There are also reports that Japan, another staunch US ally since the end of the Second World War, is making overtures to China for better relations as Tokyo loses confidence in the reliability of the US. Even as early as mid-April, seeing the writing on the wall and facing threats of trade sanctions from its long-time ally across the Pacific, Japan began trying to reset its often tense relations with China to put them on a friendlier footing. It seems unlikely that Japan, another country that imports almost all of its oil, would comply with any US-led boycott of Iranian oil as long as Iran’s price is right.

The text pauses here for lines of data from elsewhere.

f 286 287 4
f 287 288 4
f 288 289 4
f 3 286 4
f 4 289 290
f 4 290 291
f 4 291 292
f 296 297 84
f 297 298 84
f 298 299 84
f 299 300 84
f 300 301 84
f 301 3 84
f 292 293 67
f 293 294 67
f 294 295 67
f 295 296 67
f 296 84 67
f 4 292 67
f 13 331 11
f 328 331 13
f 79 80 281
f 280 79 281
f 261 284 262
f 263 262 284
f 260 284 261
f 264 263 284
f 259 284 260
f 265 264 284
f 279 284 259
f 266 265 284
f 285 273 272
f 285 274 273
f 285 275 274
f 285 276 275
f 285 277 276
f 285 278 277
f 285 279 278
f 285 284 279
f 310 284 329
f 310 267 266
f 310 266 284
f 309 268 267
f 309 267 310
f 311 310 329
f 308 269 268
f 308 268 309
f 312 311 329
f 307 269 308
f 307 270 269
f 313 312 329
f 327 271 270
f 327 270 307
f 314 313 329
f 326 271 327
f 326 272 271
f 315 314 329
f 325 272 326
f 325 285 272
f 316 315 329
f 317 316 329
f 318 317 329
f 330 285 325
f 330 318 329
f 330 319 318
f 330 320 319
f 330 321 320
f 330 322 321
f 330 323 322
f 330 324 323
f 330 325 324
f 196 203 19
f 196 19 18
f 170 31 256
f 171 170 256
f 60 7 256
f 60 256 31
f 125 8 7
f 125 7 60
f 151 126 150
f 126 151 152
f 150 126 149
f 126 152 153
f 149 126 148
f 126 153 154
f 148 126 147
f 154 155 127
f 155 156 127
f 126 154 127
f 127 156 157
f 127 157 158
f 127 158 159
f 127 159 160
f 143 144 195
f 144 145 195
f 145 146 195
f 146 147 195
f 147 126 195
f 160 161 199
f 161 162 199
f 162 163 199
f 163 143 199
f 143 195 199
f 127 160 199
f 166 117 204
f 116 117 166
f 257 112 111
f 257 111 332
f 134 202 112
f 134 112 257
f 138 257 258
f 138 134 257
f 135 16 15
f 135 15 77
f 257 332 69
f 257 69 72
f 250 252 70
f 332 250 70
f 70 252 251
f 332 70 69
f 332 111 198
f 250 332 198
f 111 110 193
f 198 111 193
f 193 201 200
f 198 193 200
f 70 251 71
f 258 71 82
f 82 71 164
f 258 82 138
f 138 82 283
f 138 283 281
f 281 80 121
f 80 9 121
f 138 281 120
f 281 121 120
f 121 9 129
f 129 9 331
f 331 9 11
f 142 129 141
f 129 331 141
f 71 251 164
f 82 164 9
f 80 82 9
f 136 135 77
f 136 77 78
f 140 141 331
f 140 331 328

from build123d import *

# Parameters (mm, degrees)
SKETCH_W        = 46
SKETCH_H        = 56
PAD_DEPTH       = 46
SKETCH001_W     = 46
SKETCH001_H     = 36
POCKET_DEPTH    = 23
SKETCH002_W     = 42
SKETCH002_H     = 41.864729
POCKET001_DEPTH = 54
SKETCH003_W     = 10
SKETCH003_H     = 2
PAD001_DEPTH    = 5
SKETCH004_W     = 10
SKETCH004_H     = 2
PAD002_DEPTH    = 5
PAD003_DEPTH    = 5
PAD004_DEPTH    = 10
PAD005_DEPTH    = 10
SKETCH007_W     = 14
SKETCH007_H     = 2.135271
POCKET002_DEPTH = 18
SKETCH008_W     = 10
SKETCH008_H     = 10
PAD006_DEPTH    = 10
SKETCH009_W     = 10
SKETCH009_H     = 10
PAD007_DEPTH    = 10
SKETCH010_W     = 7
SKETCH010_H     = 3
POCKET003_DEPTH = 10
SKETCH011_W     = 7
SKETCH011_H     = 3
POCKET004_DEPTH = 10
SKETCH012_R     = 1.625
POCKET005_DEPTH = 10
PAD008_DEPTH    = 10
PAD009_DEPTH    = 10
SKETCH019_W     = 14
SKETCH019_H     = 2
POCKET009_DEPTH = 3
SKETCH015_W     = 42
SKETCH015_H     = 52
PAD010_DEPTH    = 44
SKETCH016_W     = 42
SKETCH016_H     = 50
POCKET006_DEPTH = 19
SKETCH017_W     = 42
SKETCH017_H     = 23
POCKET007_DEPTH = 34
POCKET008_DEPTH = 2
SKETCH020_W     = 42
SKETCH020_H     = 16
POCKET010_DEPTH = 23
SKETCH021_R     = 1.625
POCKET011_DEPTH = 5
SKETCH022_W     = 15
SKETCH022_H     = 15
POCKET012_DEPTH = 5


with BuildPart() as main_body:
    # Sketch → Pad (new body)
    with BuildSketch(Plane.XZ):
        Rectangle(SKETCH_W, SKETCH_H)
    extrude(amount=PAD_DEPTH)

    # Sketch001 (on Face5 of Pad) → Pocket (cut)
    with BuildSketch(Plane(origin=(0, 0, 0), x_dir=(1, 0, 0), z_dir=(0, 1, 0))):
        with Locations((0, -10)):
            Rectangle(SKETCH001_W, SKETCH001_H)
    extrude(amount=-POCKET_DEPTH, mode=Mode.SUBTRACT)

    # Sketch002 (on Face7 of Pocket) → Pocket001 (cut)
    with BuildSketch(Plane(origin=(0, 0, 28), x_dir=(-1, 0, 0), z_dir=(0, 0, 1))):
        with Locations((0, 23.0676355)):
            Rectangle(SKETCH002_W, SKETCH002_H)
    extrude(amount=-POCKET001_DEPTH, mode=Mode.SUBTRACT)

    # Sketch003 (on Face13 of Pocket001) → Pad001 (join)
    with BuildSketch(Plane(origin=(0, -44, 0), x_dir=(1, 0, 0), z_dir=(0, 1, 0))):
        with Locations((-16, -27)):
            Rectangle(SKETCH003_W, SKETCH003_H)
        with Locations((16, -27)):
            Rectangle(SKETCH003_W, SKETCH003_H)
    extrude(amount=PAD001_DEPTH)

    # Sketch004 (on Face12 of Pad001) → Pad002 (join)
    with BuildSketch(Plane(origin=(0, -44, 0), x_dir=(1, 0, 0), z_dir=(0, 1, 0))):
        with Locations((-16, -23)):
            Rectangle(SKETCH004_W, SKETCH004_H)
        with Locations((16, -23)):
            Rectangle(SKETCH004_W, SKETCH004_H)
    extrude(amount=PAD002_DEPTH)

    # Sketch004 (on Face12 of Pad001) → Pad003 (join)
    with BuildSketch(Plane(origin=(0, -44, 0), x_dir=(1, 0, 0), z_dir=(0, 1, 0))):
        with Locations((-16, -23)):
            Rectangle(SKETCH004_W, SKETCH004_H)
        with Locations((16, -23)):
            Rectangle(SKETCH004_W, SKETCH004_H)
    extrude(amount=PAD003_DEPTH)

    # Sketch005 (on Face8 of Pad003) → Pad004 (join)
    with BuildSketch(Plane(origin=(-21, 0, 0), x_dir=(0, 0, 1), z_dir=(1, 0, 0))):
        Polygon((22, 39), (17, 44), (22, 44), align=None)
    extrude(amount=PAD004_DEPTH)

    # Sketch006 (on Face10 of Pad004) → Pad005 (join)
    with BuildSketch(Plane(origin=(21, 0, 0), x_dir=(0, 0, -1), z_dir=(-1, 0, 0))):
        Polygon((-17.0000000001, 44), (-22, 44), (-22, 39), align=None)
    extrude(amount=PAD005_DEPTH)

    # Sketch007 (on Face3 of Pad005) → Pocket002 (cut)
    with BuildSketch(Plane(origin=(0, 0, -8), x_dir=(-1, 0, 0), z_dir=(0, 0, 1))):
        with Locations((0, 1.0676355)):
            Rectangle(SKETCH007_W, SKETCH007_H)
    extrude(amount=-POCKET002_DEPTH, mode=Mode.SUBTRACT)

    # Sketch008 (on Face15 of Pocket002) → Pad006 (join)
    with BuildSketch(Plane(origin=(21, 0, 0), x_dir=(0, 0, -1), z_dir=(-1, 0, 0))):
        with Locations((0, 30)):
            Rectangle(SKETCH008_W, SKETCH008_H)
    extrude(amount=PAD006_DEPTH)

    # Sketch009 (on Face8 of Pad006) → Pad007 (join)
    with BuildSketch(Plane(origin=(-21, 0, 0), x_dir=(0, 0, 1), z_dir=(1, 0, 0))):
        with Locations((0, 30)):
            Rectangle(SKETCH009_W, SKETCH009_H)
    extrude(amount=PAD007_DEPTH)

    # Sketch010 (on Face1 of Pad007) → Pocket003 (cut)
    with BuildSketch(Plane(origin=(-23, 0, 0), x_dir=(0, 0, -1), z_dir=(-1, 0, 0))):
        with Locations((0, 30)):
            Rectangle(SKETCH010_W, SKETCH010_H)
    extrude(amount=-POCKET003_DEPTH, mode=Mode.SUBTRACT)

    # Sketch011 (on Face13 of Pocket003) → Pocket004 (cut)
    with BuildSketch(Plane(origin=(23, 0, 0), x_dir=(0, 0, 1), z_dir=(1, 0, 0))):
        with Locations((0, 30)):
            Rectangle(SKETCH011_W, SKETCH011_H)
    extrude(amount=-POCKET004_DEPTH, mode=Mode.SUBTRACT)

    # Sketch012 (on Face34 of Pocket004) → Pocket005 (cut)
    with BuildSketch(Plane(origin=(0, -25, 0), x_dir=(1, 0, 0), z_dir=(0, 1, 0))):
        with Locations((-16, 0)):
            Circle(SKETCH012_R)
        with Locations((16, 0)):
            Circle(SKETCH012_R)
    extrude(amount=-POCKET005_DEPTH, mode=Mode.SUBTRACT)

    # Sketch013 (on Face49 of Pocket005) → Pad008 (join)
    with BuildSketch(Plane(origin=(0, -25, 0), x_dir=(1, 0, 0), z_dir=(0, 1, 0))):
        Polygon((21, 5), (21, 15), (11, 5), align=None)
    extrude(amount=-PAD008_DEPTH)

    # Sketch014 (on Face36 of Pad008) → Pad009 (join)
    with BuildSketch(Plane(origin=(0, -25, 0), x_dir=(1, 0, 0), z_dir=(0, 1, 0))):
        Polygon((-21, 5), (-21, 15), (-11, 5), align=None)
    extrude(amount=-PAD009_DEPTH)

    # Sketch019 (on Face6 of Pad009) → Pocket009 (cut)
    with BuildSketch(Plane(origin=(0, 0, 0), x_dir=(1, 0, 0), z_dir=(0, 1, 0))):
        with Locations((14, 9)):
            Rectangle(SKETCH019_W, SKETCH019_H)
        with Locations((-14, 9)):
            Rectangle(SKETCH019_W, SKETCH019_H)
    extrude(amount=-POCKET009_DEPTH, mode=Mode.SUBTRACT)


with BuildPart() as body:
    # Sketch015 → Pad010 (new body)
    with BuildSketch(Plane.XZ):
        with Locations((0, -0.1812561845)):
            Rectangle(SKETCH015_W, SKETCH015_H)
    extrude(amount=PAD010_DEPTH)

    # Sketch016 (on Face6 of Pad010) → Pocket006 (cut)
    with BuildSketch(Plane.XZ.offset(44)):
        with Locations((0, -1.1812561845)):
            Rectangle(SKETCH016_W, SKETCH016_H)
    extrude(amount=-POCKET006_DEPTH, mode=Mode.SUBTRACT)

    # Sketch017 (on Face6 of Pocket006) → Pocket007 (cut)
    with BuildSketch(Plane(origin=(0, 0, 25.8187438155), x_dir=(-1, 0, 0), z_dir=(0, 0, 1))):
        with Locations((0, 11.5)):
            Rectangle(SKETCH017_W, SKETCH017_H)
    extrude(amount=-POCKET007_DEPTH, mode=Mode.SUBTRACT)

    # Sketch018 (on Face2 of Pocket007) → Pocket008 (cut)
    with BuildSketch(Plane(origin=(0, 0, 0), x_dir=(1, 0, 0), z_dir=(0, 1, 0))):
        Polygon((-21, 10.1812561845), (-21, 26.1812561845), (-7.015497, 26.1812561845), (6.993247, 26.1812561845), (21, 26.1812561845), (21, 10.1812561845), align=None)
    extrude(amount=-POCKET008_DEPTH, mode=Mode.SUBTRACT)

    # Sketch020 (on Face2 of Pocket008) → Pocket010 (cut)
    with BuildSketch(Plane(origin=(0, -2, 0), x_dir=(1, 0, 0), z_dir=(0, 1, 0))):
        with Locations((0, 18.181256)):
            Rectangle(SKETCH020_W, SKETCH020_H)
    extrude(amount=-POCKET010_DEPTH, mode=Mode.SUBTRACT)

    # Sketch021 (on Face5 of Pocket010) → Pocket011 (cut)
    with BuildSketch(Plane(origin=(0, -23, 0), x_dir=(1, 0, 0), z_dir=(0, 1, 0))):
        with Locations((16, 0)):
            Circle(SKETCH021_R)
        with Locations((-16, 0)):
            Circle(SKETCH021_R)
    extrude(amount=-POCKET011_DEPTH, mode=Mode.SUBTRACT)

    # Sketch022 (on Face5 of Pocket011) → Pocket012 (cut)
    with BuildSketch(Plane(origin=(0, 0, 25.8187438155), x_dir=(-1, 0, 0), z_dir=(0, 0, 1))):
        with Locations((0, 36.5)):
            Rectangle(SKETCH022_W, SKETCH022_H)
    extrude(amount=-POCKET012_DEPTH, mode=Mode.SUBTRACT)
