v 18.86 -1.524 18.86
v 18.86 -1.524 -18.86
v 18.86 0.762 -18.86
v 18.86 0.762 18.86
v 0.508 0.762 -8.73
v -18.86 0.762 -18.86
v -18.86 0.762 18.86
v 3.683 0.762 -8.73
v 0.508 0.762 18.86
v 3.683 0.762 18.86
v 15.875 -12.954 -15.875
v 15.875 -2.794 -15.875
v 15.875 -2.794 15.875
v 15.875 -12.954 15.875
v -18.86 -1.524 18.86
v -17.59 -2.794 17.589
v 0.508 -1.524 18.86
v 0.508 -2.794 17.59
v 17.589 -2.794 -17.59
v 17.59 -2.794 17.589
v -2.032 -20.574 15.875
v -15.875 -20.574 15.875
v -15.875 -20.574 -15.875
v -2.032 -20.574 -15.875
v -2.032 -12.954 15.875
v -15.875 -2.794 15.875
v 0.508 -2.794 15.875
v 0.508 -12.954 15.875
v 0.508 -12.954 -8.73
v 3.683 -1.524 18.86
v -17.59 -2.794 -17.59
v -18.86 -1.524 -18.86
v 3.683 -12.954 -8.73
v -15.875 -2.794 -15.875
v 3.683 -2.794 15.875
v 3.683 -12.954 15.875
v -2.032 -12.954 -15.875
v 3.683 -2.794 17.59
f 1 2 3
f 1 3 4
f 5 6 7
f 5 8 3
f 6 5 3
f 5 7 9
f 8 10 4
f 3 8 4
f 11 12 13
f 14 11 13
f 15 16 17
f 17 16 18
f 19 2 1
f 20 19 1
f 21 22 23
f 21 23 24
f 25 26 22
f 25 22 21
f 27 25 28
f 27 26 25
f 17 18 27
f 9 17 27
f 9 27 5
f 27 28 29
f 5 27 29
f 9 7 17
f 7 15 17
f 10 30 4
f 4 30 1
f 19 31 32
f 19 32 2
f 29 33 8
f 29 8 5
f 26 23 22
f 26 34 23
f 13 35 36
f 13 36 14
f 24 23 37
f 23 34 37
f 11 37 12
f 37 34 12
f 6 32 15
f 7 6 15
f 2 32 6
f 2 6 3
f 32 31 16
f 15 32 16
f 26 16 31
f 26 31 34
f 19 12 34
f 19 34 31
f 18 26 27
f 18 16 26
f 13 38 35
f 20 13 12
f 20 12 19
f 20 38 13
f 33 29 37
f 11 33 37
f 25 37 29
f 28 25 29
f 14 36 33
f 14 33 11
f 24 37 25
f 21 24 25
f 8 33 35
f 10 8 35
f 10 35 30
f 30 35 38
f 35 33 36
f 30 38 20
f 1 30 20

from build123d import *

# Parameters (mm, degrees)
F0_W      = 37.719
F0_H      = 37.719
F1_DEPTH  = 2.794
F2_W      = 31.75
F2_H      = 31.75
F3_DEPTH  = 10.16
F4_SIZE   = 1.27
F5_W      = 13.843
F5_H      = 31.75
F6_DEPTH  = 7.62
F7_W      = 3.175
F7_H      = 24.6046739221
F7_H_2    = 3.0808845013
F8_DEPTH  = 12.955
F9_W      = 3.1516091073
F9_H      = 27.5891739221
F10_DEPTH = 20.575
F11_DEPTH = 0.762


# Not quite as in the source:
# - a feature names something its author has since deleted; it is built from what else it names


with BuildPart() as f1:
    # F0 (on Front) → F1 (new body)
    with BuildSketch(Plane.XZ):
        Rectangle(F0_W, F0_H)
    extrude(amount=F1_DEPTH)

    # F2 (on face) → F3 (join)
    with BuildSketch(Plane.XZ.offset(2.794)):
        Rectangle(F2_W, F2_H)
    extrude(amount=F3_DEPTH)

    # F4
    f4_edges = [f1.edges().sort_by_distance(p)[0] for p in [
        (-18.8595, -2.794, 0),
        (0, -2.794, -18.8595),
        (18.8595, -2.794, 0),
        (0, -2.794, 18.8595),
    ]]
    chamfer(f4_edges, length=F4_SIZE)

    # F5 (on face) → F6 (join)
    with BuildSketch(Plane.XZ.offset(12.954)):
        with Locations((-8.9535, 0)):
            Rectangle(F5_W, F5_H)
    extrude(amount=F6_DEPTH)

    # F7 (on face) → F8 (cut, through all)
    with BuildSketch(Plane.XZ.offset(12.954)):
        with Locations((2.0955, 3.572663039)):
            Rectangle(F7_W, F7_H)
        with Locations((2.0955, 17.4154422507)):
            Rectangle(F7_W, F7_H_2)
    extrude(amount=-F8_DEPTH, mode=Mode.SUBTRACT)

    # F9 (on face) → F10 (cut, through all)
    with BuildSketch(Plane(origin=(0, 0, 0), x_dir=(-1, 0, 0), z_dir=(0, 1, 0))):
        with Locations((-2.0838045536, 5.064913039)):
            Rectangle(F9_W, F9_H)
    extrude(amount=-F10_DEPTH, mode=Mode.SUBTRACT)

    # F11 (add): a face of the model
    f11_faces = [f1.faces().sort_by_distance(p)[0] for p in [
        (-0.1374824949, 0, -0.3323010646),
    ]]
    extrude(f11_faces, amount=F11_DEPTH)


solid = f1.part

The carnage in US global relations is even broader, however. The re-election earlier this week of Nicolas Maduro as president of Venezuela, for example, which the US is calling a fraud, has sparked calls in Washington for a boycott of Venezuelan oil. Again, such a boycott, particularly at a time of rising oil prices (now trading above $72 a barrel globally), is unlikely to win much support from US allies in Europe, Asia or especially Latin America, where heavy handed US economic policies are increasingly viewed with disgust.

All this comes at a time that US-Russia relations are in the toilet, following US placement of offensive military equipment along Russia’s western border, continued calls from Trump administration officials for Russia to return Crimea to Ukrainian control, and the US bombing of Syrian government positions backed by Russia. Even President Nixon’s former Secretary of State Henry Kissinger has long been advising Trump to accept the “re-integration” of Crimea with Russia, but the Trump administration continues to bluster, insisting on the peninsula’s “return” to Ukraine. It is also supporting renewed Ukrainian military action against the secessionist provinces of Donetsk and Luhansk.

It is hard to fathom what Trump and US policymakers are up to in the midst of the president’s Korean peace deal and his hopes of winning a Nobel Peace Prize hitting the rocks following his national security adviser’s threatening call for a “Libyan model” for North Korean denuclearization; as well as a threatened trade war with China merely postponed by a face-saving moratorium on mutual trade sanctions, but with no real resolution of differences; and with countries around the world up in arms over what is seen as unseemly unilateralism by the administration regarding the rejection of already agreed-upon trade and treaty arrangements.

Clearly with a critical by-election looming that could see Democrats winning control of both houses of Congress in November, Trump is playing to his hard-core political base of frustrated working-class voters and super-nationalists by doing what he said he would do in his campaign: ripping up trade agreements that he calls “bad for America,” and acting decisively in contrast to what he called President Obama’s weakness in places like Ukraine and Syria. How that actually helps the US economy or the American people is difficult to comprehend.

Clearly too, though, the Trump administration is in chaos, with his top trade negotiators Treasury Secretary Steve Mnuchin and Chief Trade Negotiator Peter Navarro observed having a vulgar screaming match outside their Beijing hotel, and with Bolton undermining weeks of work on a possible Trump-Kim summit which the president clearly wants to go well, but which now may end up being canceled by an angry Kim.

If the US ends up sanctioning China, Japan, major European countries, Venezuela, Iran and any country that doesn’t go along with those sanctions – all of which could happen – it’s hard to see what markets US exporters will have left open to them.

Meanwhile, tariffs resulting from US import sanctions will devastate Americans who rely on cheap imports from China and other countries to stretch budgets strained by years of stagnant incomes.

Despite recent polls showing that most Americans are sick of the country’s endless wars and military interventions, the Trump administration keeps threatening more conflict, whether it’s in Afghanistan or North Korea, Eastern Europe, or even over Taiwan and China’s territorial claims in the South China Sea. Again, it’s difficult to see how the US economy can achieve a promised 3-percent-or-greater growth track while the government is spending over $1 trillion a year on its over-extended military – something that Trump once criticized but now enthusiastically endorses. This will be especially difficult if hard-liners in the White House continue pressing for “regime-change” wars against both Iran and North Korea, even as the Syrian conflict and the war in Afghanistan continue to fester. 

The self-styled “greatest deal maker” Trump has long boasted of his ability to close a deal, but he has little or nothing to show for it a year and a half into his presidency. For a man who reportedly loved to show off his face on magazine covers to young women he was bedding in hotel suites, all he’s got to show lately is a cartoon image of himself depicted as a raised middle finger on the cover of a German news weekly.